What you need to do » Retype, word for word, every line from the one holding "#31=CARTESIAN_POINT('',(-11.391717,2.1904,0.));" through the one holding "#35=SURFACE_OF_REVOLUTION('',#33,#34);" in the entries below, both included, and only those lines.
(Data to use begins)
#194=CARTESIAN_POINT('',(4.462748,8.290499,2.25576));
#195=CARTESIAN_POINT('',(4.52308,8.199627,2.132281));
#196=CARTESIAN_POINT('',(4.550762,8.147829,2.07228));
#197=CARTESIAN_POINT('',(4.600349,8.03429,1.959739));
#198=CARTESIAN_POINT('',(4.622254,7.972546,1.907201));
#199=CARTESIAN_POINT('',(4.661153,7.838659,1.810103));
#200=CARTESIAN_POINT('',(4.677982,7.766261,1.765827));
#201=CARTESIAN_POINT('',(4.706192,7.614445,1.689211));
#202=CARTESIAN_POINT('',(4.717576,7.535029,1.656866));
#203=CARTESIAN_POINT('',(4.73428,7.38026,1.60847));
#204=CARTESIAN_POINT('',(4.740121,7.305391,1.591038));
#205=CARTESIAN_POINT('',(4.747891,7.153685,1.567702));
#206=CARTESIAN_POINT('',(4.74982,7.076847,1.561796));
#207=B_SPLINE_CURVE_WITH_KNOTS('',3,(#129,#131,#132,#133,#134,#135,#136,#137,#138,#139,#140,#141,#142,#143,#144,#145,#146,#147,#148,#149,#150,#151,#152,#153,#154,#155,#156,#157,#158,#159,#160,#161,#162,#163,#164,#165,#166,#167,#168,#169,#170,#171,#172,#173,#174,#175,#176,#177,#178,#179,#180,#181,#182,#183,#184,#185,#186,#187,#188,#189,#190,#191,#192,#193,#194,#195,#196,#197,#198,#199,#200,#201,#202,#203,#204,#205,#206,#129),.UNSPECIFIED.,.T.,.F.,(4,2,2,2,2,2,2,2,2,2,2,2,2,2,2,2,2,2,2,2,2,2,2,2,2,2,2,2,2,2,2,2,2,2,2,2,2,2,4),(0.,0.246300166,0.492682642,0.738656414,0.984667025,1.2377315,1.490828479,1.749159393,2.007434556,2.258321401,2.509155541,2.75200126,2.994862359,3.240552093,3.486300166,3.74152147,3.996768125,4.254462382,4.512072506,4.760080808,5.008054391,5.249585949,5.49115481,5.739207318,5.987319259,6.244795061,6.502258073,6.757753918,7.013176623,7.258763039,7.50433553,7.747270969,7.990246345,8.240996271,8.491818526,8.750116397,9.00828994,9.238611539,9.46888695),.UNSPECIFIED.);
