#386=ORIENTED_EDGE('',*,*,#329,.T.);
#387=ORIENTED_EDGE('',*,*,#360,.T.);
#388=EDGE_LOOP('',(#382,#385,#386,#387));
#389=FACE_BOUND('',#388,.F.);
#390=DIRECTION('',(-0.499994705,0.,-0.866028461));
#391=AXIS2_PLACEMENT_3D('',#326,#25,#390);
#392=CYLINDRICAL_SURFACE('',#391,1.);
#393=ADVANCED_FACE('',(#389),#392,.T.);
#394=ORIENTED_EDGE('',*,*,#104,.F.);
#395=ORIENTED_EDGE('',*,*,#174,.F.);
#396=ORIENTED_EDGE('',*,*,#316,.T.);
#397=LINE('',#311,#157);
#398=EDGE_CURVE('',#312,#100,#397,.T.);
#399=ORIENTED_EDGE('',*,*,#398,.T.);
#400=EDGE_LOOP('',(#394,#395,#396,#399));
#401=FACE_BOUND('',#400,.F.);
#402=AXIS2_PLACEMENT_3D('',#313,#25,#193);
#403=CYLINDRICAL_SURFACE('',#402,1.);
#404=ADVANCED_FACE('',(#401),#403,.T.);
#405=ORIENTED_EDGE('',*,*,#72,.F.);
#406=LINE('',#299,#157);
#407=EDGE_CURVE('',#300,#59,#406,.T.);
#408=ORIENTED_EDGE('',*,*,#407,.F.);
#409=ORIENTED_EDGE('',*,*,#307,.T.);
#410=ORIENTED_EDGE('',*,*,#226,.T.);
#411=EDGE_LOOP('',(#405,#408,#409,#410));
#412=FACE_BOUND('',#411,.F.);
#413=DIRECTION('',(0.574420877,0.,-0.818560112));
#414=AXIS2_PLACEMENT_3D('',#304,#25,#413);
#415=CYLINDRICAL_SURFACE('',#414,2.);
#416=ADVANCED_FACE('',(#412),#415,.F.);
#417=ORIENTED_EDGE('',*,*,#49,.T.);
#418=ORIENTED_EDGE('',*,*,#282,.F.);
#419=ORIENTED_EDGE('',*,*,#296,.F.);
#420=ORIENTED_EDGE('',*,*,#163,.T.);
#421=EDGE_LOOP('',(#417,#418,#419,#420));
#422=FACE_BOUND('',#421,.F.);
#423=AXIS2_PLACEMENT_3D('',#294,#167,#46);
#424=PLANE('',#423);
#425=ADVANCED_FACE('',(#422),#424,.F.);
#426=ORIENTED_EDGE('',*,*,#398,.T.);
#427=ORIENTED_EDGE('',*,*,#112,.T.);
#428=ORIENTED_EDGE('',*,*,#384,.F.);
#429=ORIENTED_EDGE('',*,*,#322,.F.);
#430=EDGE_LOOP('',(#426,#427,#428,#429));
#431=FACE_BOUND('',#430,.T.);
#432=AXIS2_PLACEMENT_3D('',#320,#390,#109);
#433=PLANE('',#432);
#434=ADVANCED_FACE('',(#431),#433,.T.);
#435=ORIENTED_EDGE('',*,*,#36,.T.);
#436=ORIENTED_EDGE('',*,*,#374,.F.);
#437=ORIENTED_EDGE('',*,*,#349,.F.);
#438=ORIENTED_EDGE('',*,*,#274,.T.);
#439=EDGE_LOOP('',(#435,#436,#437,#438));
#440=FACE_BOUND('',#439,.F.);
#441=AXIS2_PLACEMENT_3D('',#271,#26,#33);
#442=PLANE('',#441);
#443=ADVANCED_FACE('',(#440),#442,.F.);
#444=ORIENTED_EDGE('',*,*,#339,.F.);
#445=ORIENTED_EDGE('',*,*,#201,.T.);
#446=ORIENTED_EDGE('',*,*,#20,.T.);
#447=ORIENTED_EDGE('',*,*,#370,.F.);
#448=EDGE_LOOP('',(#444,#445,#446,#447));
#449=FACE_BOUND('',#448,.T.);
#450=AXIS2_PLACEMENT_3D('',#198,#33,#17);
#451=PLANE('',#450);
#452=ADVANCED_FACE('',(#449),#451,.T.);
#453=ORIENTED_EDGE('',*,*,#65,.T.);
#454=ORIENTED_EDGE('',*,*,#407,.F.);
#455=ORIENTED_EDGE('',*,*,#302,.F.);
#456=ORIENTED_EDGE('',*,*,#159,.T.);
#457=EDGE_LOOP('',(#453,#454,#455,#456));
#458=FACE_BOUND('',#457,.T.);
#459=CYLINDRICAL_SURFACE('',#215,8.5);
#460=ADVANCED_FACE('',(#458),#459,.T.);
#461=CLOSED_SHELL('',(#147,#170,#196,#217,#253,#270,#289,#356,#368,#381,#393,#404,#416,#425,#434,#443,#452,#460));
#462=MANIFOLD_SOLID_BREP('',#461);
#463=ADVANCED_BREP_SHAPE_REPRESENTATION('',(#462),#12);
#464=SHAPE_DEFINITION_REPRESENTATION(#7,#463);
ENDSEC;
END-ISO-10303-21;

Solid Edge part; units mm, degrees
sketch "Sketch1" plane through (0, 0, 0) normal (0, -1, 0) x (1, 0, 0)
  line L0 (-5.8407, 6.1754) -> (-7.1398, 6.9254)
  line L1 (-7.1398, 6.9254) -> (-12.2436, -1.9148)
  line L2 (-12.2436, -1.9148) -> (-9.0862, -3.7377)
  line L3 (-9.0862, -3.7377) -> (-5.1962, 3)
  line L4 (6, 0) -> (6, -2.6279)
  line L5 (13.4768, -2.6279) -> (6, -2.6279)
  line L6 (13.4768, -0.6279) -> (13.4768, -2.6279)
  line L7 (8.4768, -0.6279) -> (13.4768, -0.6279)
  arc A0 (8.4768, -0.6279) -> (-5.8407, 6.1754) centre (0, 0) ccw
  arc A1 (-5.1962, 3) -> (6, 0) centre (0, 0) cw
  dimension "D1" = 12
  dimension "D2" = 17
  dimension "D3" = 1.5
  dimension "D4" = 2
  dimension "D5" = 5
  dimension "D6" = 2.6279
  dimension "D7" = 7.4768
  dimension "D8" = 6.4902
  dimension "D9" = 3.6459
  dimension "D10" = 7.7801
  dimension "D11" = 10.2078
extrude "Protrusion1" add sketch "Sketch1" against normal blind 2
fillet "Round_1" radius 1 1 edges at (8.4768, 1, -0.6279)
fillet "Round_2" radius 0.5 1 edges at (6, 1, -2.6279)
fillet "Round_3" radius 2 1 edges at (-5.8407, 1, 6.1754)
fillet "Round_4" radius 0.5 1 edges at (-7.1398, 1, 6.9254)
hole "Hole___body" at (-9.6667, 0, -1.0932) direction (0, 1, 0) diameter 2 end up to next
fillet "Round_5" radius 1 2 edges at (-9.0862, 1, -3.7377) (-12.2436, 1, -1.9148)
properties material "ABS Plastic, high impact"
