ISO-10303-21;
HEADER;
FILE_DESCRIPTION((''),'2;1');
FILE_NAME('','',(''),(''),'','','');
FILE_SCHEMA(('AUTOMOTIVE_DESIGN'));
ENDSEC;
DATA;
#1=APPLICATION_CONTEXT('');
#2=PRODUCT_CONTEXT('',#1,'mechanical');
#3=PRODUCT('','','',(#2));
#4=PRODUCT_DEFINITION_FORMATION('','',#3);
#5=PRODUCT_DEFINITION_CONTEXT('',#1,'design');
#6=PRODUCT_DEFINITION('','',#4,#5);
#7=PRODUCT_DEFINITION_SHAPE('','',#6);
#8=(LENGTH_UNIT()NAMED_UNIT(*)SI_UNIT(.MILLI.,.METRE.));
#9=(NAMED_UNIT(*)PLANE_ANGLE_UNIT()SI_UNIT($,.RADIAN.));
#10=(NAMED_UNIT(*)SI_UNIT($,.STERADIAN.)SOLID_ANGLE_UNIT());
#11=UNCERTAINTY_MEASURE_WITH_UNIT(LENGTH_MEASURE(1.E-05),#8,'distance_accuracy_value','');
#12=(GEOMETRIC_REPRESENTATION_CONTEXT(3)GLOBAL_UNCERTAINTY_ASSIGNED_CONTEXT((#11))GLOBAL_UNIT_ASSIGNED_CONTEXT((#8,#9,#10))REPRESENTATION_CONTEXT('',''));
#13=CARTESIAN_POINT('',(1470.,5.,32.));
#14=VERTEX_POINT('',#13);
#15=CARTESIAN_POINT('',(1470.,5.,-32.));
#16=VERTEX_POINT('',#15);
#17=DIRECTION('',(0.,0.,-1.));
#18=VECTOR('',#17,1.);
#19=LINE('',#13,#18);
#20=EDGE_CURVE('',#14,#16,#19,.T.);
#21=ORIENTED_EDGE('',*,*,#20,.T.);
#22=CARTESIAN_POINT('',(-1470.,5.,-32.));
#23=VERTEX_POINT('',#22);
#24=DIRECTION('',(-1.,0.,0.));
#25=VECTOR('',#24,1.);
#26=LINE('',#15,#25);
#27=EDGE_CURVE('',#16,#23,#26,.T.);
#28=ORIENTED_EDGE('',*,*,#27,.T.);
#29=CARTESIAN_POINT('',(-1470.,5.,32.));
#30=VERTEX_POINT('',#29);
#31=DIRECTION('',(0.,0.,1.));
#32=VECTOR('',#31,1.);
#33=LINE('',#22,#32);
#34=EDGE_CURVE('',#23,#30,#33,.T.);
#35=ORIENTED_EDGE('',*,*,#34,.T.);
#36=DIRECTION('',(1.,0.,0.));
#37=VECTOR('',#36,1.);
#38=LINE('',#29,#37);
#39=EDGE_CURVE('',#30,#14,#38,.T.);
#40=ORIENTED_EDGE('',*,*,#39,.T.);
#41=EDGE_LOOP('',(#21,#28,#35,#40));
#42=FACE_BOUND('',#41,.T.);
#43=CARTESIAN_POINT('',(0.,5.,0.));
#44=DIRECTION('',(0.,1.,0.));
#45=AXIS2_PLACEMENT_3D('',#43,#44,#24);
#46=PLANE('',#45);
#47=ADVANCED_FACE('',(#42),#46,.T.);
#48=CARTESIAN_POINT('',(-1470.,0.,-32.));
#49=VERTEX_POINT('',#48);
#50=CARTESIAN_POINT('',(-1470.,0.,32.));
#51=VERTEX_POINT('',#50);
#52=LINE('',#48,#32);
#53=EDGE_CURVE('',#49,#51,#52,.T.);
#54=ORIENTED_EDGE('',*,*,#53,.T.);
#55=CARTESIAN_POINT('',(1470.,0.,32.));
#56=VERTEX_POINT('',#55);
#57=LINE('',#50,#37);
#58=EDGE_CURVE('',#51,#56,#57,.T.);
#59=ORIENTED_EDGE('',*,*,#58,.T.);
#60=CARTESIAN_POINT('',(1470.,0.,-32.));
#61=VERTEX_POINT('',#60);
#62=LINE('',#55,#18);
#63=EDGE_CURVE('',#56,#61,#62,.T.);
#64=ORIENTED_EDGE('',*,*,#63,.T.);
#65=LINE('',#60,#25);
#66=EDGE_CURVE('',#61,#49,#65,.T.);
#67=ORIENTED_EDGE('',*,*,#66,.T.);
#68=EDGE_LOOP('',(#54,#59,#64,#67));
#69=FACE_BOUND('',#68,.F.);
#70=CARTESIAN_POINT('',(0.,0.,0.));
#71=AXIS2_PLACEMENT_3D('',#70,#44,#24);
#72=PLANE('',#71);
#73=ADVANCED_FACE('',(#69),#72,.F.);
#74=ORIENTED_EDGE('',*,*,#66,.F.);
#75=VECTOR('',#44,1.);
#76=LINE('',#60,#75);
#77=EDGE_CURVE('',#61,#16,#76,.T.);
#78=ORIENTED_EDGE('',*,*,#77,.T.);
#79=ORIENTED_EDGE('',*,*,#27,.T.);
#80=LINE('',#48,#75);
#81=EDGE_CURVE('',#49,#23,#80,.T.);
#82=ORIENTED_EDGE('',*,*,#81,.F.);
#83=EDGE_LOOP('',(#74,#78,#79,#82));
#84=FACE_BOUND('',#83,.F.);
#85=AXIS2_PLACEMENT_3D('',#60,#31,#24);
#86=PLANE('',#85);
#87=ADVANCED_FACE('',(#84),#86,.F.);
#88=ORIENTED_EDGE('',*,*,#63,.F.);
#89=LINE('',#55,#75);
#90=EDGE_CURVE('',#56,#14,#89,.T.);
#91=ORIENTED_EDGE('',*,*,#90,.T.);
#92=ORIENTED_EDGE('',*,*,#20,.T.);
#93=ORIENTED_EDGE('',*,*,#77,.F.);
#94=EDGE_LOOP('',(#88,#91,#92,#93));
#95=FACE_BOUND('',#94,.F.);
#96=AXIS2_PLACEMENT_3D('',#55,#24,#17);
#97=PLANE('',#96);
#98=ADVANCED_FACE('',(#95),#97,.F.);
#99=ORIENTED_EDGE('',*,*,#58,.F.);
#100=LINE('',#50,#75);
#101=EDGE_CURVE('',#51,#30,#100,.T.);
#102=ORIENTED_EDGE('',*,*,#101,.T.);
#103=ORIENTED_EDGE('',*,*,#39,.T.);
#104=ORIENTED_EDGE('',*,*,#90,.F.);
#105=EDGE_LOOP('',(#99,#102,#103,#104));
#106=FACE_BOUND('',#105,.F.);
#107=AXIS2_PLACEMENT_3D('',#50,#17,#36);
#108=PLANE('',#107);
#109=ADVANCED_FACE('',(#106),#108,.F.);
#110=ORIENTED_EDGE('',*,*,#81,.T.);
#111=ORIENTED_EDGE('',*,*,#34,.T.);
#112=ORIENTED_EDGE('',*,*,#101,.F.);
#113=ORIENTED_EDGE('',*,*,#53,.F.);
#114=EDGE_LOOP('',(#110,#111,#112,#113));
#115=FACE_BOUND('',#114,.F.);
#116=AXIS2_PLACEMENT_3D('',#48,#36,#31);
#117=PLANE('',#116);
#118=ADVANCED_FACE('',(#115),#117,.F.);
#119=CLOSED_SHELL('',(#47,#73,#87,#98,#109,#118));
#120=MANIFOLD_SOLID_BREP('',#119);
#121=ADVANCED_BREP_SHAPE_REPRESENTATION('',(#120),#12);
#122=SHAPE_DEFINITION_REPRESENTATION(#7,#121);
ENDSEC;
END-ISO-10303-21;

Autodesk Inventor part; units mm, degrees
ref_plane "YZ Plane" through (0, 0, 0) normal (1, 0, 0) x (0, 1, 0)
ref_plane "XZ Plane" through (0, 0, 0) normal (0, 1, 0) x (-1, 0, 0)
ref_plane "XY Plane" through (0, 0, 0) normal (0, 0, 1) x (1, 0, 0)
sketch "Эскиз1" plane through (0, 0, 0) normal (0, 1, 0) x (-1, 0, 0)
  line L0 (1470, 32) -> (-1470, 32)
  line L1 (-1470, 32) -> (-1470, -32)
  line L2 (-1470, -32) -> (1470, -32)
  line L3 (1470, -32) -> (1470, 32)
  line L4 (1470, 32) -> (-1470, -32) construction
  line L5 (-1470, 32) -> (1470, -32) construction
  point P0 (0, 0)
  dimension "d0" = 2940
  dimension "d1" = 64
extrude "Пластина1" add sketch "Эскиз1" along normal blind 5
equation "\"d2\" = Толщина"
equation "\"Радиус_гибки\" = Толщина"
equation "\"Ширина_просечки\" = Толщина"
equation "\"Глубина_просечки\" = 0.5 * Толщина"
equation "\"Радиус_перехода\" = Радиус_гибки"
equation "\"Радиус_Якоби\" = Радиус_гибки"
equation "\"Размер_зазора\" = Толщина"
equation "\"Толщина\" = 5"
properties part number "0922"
(Data to use ends)
(Data to use begins)
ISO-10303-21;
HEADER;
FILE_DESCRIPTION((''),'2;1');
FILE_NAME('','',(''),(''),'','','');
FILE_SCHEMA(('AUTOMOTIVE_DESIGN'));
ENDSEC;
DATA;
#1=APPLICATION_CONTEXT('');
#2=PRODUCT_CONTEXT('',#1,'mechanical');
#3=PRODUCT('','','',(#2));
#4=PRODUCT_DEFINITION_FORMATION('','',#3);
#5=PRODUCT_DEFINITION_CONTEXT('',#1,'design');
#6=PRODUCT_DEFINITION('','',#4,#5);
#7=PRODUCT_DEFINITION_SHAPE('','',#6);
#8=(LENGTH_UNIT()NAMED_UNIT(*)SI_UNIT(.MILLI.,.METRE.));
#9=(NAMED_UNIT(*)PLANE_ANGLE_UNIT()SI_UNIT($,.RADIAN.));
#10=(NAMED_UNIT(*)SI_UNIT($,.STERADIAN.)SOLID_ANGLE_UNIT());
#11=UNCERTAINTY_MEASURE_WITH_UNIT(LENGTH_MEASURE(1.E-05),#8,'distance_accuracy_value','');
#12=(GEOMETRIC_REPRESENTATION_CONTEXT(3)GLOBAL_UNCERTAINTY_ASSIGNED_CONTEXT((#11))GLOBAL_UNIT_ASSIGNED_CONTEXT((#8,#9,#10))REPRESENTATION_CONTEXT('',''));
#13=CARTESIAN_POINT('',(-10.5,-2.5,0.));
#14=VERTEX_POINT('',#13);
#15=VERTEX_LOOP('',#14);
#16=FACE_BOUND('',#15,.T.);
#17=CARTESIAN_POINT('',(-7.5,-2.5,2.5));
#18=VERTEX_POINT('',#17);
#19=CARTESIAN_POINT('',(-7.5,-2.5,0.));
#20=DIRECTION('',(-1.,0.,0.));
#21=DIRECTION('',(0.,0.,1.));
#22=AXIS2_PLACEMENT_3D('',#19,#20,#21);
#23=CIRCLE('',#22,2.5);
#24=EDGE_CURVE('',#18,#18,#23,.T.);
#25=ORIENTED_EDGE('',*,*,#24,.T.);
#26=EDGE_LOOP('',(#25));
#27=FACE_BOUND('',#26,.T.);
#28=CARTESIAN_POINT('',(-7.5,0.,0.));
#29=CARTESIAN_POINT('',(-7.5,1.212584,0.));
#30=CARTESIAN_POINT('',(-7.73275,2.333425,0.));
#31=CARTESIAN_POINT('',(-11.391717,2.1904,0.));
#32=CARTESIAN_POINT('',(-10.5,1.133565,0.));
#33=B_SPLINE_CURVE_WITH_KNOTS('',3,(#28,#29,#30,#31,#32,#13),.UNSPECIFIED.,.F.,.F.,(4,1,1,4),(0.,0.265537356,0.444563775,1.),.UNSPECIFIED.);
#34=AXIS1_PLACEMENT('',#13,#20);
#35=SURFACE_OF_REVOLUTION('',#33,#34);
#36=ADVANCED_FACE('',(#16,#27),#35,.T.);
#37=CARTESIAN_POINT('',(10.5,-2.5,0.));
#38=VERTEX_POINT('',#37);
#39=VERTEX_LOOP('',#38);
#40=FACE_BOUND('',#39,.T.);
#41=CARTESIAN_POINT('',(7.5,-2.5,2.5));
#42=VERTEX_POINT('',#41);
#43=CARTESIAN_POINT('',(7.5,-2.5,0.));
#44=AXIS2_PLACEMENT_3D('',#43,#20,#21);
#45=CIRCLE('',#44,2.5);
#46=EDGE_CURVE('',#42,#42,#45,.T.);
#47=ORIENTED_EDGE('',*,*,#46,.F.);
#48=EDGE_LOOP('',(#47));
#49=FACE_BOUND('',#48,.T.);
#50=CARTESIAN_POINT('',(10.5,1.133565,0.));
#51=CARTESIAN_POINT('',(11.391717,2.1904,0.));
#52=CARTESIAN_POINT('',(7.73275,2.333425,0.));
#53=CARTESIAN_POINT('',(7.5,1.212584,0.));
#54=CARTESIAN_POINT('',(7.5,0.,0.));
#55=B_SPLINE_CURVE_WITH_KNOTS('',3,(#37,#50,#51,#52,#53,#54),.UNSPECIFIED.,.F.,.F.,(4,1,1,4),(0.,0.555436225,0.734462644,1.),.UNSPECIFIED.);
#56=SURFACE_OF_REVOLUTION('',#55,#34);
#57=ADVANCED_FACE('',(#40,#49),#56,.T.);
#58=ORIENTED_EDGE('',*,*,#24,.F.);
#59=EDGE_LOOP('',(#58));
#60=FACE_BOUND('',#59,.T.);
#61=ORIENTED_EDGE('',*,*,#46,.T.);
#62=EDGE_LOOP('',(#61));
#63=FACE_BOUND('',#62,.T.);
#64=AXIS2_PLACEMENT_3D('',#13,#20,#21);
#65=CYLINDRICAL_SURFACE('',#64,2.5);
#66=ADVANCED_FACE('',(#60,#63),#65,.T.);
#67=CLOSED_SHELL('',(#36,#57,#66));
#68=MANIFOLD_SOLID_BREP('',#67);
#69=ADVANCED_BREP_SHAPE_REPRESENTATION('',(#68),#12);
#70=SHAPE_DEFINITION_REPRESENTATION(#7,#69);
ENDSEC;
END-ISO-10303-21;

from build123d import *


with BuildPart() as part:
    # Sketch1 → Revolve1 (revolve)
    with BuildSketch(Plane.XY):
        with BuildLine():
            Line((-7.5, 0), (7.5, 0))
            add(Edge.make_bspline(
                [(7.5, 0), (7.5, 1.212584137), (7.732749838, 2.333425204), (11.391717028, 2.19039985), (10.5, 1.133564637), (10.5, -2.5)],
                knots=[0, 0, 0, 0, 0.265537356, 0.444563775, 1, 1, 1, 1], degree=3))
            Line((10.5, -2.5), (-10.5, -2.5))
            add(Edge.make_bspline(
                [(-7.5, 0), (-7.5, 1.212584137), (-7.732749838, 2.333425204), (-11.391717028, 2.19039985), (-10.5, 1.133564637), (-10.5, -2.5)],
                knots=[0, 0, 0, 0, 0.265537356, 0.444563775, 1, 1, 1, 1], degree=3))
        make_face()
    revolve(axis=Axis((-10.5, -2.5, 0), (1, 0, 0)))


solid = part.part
(Data to use ends)
Answer space »
#31=CARTESIAN_POINT('',(-11.391717,2.1904,0.));
#32=CARTESIAN_POINT('',(-10.5,1.133565,0.));
#33=B_SPLINE_CURVE_WITH_KNOTS('',3,(#28,#29,#30,#31,#32,#13),.UNSPECIFIED.,.F.,.F.,(4,1,1,4),(0.,0.265537356,0.444563775,1.),.UNSPECIFIED.);
#34=AXIS1_PLACEMENT('',#13,#20);
#35=SURFACE_OF_REVOLUTION('',#33,#34);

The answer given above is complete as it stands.